PROBLEM DESCRIPTION: In the material below, the required lines run from the one containing "f 24 86 163" through the one containing "f 41 149 148". Copy those lines exactly, ends included, and nothing else.

RECORDS PROVIDED:
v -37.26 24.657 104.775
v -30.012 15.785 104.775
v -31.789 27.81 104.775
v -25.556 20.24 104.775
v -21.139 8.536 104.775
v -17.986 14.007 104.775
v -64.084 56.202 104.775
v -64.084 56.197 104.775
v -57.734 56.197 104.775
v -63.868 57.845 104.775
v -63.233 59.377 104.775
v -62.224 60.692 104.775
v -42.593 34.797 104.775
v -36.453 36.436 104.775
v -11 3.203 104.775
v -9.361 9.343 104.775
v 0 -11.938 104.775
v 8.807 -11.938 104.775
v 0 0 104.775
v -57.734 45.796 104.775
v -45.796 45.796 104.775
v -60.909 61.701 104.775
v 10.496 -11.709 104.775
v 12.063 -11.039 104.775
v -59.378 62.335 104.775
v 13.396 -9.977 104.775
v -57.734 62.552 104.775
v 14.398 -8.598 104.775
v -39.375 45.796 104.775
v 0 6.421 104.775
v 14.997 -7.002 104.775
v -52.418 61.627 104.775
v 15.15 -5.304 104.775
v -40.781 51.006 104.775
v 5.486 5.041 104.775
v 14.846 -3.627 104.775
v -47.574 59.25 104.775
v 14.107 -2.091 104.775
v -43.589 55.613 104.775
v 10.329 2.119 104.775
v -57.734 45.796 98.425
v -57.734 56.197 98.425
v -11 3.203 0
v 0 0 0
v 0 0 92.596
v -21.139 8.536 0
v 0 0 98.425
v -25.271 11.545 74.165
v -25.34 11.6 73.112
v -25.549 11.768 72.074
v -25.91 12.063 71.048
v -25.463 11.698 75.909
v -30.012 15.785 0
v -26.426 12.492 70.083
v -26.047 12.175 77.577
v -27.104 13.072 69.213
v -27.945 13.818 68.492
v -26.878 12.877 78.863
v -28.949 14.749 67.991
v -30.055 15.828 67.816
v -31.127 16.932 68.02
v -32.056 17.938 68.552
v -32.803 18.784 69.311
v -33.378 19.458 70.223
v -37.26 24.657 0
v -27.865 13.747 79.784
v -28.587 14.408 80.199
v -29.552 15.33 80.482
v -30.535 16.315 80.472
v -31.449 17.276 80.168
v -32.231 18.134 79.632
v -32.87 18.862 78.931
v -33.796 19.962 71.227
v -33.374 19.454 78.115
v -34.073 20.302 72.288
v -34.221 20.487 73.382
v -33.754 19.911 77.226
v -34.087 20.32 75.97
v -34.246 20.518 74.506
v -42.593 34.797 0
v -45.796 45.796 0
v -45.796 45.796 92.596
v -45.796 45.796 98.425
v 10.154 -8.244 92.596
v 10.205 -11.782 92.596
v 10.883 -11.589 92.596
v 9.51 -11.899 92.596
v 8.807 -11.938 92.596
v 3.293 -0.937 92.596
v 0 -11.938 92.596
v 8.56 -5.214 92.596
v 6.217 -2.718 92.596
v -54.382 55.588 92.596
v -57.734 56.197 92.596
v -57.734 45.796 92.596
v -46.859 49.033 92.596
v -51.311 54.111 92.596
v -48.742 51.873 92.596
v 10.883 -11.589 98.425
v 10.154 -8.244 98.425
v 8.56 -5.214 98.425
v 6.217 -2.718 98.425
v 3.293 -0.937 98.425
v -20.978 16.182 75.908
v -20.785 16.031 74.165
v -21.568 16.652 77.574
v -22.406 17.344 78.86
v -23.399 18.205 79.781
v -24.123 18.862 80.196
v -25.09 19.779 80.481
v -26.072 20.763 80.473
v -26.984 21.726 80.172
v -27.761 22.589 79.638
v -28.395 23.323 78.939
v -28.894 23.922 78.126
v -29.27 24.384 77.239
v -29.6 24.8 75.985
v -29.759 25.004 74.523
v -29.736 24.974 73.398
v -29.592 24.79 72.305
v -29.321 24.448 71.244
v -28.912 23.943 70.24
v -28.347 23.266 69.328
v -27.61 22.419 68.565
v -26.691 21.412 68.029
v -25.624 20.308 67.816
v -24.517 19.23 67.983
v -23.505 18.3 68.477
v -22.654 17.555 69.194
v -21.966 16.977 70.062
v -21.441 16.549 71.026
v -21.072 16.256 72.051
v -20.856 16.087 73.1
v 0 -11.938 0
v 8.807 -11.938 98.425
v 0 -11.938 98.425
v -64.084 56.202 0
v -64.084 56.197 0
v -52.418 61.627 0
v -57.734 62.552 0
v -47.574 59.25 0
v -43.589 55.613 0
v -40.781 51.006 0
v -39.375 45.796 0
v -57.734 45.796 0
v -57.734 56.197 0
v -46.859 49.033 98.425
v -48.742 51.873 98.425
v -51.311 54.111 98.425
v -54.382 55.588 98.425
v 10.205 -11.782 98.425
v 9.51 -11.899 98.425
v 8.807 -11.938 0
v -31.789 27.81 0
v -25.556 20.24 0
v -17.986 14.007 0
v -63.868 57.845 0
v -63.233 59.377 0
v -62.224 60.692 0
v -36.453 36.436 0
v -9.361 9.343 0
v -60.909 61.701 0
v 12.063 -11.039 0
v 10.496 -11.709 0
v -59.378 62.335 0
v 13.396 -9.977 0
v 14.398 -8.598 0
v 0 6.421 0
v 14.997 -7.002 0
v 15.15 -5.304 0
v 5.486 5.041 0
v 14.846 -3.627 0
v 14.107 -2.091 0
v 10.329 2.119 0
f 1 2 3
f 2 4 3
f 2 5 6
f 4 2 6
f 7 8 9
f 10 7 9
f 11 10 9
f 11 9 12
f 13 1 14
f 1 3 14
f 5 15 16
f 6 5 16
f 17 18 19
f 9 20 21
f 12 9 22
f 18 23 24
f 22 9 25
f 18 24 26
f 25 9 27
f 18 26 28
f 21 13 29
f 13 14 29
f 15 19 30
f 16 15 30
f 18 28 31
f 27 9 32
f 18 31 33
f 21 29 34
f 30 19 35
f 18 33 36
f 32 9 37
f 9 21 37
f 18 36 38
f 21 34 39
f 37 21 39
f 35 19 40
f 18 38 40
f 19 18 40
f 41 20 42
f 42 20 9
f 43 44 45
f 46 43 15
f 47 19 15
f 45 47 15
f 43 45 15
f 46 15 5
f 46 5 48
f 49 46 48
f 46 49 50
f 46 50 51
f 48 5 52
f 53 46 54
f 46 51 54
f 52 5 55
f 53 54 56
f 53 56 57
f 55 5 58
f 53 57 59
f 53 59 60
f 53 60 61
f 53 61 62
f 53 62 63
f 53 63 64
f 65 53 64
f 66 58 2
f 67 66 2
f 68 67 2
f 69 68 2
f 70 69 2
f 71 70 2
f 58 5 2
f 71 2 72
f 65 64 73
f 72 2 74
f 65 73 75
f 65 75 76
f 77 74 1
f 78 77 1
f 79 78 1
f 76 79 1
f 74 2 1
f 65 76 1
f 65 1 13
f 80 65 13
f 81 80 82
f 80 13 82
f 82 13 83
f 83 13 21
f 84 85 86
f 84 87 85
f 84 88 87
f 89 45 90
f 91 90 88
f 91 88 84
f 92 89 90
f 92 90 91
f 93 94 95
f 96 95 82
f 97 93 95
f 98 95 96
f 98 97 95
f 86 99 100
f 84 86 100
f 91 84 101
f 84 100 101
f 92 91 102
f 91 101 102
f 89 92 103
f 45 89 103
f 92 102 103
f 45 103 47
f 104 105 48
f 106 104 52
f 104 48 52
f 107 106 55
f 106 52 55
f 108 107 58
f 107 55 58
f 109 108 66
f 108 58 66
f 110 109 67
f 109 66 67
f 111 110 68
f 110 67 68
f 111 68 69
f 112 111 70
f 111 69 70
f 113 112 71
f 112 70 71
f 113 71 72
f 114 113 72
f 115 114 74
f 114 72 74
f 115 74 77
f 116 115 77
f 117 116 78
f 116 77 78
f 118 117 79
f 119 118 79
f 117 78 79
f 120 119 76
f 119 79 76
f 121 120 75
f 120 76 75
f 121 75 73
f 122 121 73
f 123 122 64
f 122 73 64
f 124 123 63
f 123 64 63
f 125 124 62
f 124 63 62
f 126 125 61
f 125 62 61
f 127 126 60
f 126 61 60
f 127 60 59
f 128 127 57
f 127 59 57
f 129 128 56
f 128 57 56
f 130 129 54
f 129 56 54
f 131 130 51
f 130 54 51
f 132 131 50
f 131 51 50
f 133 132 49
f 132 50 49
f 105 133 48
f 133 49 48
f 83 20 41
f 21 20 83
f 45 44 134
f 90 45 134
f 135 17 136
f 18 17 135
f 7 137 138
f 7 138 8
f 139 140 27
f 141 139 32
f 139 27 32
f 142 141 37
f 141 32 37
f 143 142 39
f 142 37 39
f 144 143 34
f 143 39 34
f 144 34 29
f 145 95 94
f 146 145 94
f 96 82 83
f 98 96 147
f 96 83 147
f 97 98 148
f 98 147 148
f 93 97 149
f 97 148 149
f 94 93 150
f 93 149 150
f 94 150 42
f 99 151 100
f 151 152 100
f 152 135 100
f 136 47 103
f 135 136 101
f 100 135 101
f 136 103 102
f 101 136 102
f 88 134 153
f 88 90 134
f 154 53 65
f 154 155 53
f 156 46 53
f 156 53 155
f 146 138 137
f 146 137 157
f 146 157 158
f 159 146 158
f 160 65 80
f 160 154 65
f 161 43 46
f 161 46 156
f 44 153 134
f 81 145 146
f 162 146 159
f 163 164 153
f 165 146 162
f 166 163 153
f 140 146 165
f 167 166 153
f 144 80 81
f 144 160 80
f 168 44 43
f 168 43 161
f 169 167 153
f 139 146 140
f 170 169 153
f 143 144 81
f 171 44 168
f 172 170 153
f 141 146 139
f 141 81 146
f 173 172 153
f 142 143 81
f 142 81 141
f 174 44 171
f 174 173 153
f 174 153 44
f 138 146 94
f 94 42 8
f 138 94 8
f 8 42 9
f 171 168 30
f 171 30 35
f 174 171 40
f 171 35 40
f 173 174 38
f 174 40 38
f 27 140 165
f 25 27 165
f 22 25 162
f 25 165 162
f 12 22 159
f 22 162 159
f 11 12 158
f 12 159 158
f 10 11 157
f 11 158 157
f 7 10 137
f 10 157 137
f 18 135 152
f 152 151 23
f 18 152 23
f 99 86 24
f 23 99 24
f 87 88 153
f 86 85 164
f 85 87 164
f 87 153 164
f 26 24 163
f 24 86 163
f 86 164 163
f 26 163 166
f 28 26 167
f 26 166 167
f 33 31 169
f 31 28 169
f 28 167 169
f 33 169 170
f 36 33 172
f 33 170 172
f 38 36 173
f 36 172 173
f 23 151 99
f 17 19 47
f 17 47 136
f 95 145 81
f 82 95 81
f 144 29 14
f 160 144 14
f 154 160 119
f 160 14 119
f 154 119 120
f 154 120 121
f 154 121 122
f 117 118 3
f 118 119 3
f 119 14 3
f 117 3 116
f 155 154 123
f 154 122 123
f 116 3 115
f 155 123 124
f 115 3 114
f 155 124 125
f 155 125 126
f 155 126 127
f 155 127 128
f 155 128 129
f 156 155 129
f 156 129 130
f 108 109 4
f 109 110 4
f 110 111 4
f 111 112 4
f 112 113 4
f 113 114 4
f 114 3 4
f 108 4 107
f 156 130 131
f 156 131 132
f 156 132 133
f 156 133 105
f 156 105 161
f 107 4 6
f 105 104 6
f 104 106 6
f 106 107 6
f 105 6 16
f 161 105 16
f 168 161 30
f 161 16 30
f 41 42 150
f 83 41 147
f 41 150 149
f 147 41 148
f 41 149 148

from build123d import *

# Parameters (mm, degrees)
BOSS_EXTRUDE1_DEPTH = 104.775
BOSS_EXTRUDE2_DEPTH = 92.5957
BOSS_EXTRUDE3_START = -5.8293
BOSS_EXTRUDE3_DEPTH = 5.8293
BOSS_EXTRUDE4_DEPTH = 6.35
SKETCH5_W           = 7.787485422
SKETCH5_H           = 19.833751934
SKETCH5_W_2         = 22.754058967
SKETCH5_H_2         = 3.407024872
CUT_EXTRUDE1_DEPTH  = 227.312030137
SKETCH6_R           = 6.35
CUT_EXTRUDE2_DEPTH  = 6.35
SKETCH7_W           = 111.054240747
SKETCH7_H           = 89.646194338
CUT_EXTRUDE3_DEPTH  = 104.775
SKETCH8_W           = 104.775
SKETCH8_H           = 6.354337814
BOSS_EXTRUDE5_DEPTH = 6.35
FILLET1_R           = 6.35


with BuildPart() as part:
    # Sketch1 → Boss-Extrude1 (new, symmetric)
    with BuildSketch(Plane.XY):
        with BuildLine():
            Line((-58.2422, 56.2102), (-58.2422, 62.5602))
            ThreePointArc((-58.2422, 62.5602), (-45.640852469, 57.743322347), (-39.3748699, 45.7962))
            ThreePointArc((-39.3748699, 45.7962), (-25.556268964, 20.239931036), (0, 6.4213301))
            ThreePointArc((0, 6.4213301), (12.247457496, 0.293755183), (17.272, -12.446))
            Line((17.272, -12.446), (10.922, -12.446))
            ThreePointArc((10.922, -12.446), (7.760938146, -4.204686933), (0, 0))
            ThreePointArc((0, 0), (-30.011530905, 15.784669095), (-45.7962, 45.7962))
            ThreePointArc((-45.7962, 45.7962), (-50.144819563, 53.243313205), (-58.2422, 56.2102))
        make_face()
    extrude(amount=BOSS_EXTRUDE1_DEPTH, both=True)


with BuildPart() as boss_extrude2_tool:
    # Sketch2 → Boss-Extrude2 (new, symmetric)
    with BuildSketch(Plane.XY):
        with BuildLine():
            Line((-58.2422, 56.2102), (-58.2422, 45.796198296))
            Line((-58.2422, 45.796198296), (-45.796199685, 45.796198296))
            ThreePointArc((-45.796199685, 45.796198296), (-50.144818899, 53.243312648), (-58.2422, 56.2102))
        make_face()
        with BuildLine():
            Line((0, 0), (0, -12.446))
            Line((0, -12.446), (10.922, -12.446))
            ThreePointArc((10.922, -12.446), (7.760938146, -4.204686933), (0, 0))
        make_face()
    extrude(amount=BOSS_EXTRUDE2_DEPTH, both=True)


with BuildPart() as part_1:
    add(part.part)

WRITTEN RESPONSE:
f 24 86 163
f 86 164 163
f 26 163 166
f 28 26 167
f 26 166 167
f 33 31 169
f 31 28 169
f 28 167 169
f 33 169 170
f 36 33 172
f 33 170 172
f 38 36 173
f 36 172 173
f 23 151 99
f 17 19 47
f 17 47 136
f 95 145 81
f 82 95 81
f 144 29 14
f 160 144 14
f 154 160 119
f 160 14 119
f 154 119 120
f 154 120 121
f 154 121 122
f 117 118 3
f 118 119 3
f 119 14 3
f 117 3 116
f 155 154 123
f 154 122 123
f 116 3 115
f 155 123 124
f 115 3 114
f 155 124 125
f 155 125 126
f 155 126 127
f 155 127 128
f 155 128 129
f 156 155 129
f 156 129 130
f 108 109 4
f 109 110 4
f 110 111 4
f 111 112 4
f 112 113 4
f 113 114 4
f 114 3 4
f 108 4 107
f 156 130 131
f 156 131 132
f 156 132 133
f 156 133 105
f 156 105 161
f 107 4 6
f 105 104 6
f 104 106 6
f 106 107 6
f 105 6 16
f 161 105 16
f 168 161 30
f 161 16 30
f 41 42 150
f 83 41 147
f 41 150 149
f 147 41 148
f 41 149 148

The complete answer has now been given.